Excitons play a significant role in recent advanced quantum material research. By analyzing changes that occur after excitons, which interact sensitively with electrons within quantum materials, are projected, the properties of these quantum materials can be indirectly understood.
The observation of excitons utilized the THz-STM method, combining terahertz (THz) light—capable of distinguishing ultra-short time durations at the picosecond (ps, one trillionth of a second) level—and scanning tunneling microscopy (STM). STM uses a fine probe with a tip as thin as a single atom to observe structures at the nanometer (1nm is one-billionth of a meter) level. Traditional THz-STMs were limited to measuring current changes when charges were injected into molecules.
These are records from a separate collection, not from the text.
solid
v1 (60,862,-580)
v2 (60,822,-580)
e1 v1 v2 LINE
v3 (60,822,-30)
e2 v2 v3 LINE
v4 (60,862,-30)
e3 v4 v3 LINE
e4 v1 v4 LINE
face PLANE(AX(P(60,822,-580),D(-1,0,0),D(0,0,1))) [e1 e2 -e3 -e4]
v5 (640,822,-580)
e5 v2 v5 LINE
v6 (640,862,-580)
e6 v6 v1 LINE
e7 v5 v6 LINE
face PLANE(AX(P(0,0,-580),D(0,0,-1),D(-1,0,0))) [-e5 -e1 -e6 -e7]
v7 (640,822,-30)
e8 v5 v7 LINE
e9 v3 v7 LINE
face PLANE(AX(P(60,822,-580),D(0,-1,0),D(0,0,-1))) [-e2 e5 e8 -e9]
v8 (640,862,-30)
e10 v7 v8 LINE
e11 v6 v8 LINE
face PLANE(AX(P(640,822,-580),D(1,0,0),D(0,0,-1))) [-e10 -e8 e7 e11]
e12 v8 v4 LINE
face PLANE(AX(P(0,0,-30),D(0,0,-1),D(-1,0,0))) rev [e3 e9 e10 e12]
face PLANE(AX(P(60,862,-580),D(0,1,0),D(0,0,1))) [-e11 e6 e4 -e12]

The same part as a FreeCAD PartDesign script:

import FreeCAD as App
import Part
import Sketcher
from FreeCAD import Vector


def add_polygon(sketch, points):
    """Adds a closed chain of lines whose ends are joined by coincident constraints."""
    first, n = sketch.GeometryCount, len(points)
    for a, b in zip(points, points[1:] + points[:1]):
        sketch.addGeometry(Part.LineSegment(App.Vector(*a, 0), App.Vector(*b, 0)), False)
    for i in range(n):
        sketch.addConstraint(Sketcher.Constraint("Coincident", first + i, 2, first + (i + 1) % n, 1))

doc = App.newDocument("Part")
body = doc.addObject("PartDesign::Body", "Body")

sketch1 = doc.addObject("Sketcher::SketchObject", "Sketch")
body.addObject(sketch1)
sketch1.AttachmentSupport = (doc.XY_Plane, [""])
sketch1.MapMode = "FlatFace"
sketch1.AttachmentOffset = App.Placement(Vector(0, 0, -30), App.Rotation())
add_polygon(sketch1, [(60, 862), (60, 822), (640, 822), (640, 862)])
sketch1.addConstraint(Sketcher.Constraint("Vertical", 0))
sketch1.addConstraint(Sketcher.Constraint("Horizontal", 1))
sketch1.addConstraint(Sketcher.Constraint("Vertical", 2))
sketch1.addConstraint(Sketcher.Constraint("Horizontal", 3))
sketch1.addConstraint(Sketcher.Constraint("DistanceX", 1, 1, 1, 2, 580.0))
sketch1.addConstraint(Sketcher.Constraint("DistanceY", 0, 2, 0, 1, 40.0))
sketch1.addConstraint(Sketcher.Constraint("DistanceX", -1, 1, 0, 2, 60.0))
sketch1.addConstraint(Sketcher.Constraint("DistanceY", -1, 1, 0, 2, 822.0))
pad1 = doc.addObject("PartDesign::Pad", "Pad")
body.addObject(pad1)
pad1.Profile = sketch1
pad1.Length = 550
pad1.Reversed = True

doc.recompute()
The research team implemented THz-optical STM equipment with added photon detection technology and analyzed a single molecule of palladium (Pd) phthalocyanine. They succeeded in freely forming excitons at desired moments by continuously injecting charges into the molecule while controlling the waveform of THz light. Professor Kim stated, “This is the first time we’ve succeeded in real-time observation and control of the light emitted as the exciton dissipates, within picosecond time scales and nanometer dimensions.”
This research outcome is a product of the organic consolidation of strengths from universities, research institutes, and businesses in both Korea and Japan, highlighting not only the impact of the research content but also its significant implications in terms of science and technology diplomacy.
Professor Kim remarked, “The field of optical control of single molecules is a fiercely competitive area globally, serving as a core foundational technology for future quantum information and energy conversion sectors.” He added, “In this context, it’s an achievement that Korea and Japan’s leading researchers and institutions have crossed borders to collaborate like a single team and taken a step ahead.”
Reference materials include doi.org/10.1126/science.ads2776.